* THE INPUT:
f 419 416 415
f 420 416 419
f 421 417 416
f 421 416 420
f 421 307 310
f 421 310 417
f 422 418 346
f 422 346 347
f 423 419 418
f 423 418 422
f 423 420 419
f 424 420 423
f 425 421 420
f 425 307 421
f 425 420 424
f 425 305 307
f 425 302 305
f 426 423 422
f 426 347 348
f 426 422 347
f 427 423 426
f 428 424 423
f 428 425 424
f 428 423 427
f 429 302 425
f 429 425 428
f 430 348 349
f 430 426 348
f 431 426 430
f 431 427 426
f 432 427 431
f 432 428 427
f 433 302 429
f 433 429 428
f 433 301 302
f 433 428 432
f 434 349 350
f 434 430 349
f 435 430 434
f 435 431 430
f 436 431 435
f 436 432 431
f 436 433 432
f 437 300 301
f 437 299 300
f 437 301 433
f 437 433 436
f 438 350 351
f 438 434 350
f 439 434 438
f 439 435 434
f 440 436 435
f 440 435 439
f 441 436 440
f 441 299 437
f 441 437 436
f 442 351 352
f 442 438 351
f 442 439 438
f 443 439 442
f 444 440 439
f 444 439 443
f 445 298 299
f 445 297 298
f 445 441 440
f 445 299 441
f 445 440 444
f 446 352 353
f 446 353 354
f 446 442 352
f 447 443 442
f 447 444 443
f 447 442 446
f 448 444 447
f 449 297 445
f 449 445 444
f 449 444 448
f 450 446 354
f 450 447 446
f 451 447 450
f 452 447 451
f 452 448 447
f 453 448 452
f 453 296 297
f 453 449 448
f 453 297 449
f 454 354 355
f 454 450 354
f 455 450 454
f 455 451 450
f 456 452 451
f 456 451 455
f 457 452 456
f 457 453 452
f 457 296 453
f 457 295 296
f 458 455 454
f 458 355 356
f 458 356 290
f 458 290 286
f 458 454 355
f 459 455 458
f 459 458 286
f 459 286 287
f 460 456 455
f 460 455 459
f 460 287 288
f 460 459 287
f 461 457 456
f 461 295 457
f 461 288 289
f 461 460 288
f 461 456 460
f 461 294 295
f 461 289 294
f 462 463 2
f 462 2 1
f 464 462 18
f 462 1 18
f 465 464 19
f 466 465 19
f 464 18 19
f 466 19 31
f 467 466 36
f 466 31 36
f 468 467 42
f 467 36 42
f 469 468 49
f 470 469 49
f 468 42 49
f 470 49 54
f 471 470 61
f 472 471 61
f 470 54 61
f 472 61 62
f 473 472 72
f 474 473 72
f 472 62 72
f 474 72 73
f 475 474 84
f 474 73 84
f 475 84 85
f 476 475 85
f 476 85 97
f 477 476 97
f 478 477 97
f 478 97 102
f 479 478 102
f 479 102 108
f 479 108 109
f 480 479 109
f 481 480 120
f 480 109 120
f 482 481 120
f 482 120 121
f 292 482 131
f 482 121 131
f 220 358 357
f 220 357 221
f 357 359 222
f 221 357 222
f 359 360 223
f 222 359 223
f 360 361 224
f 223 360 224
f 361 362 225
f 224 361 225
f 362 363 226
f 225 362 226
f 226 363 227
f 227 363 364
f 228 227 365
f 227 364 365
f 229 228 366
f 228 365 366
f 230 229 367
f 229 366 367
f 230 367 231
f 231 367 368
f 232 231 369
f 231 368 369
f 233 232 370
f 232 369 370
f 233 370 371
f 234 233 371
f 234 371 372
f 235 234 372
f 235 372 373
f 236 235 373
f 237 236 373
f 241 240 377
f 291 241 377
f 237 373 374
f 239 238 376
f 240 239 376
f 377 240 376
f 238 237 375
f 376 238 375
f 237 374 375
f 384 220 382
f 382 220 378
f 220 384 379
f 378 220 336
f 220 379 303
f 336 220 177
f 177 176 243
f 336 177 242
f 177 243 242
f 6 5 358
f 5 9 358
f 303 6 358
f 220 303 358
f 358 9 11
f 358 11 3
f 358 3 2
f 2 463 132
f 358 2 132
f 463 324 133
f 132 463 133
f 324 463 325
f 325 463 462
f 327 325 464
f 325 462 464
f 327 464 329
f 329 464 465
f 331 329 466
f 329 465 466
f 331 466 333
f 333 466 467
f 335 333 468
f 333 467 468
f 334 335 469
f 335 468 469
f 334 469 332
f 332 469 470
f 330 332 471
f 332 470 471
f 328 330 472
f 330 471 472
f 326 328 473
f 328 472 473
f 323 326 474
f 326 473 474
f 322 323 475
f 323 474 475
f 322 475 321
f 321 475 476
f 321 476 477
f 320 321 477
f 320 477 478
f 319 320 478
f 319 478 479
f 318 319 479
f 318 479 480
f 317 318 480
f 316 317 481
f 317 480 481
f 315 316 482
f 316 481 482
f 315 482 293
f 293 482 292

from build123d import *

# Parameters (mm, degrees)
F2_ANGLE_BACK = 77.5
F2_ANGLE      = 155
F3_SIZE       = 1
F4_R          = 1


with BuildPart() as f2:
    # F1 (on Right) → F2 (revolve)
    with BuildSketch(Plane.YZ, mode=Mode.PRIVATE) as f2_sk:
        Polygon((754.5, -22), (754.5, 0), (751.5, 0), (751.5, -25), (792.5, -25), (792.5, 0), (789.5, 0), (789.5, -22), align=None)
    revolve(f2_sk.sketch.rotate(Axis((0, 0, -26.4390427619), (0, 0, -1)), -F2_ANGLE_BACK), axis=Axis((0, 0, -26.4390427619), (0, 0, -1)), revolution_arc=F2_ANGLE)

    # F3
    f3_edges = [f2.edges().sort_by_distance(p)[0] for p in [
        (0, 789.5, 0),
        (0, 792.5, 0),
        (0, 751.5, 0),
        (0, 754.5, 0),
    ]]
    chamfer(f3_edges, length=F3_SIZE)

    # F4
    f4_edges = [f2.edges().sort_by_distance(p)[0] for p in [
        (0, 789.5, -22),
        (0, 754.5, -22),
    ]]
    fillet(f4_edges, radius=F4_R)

* ACTIVITY:
Extract exactly and only the lines above from the line containing "f 425 302 305" through the line containing "f 438 434 350", both end lines included.

* ANSWER:
f 425 302 305
f 426 423 422
f 426 347 348
f 426 422 347
f 427 423 426
f 428 424 423
f 428 425 424
f 428 423 427
f 429 302 425
f 429 425 428
f 430 348 349
f 430 426 348
f 431 426 430
f 431 427 426
f 432 427 431
f 432 428 427
f 433 302 429
f 433 429 428
f 433 301 302
f 433 428 432
f 434 349 350
f 434 430 349
f 435 430 434
f 435 431 430
f 436 431 435
f 436 432 431
f 436 433 432
f 437 300 301
f 437 299 300
f 437 301 433
f 437 433 436
f 438 350 351
f 438 434 350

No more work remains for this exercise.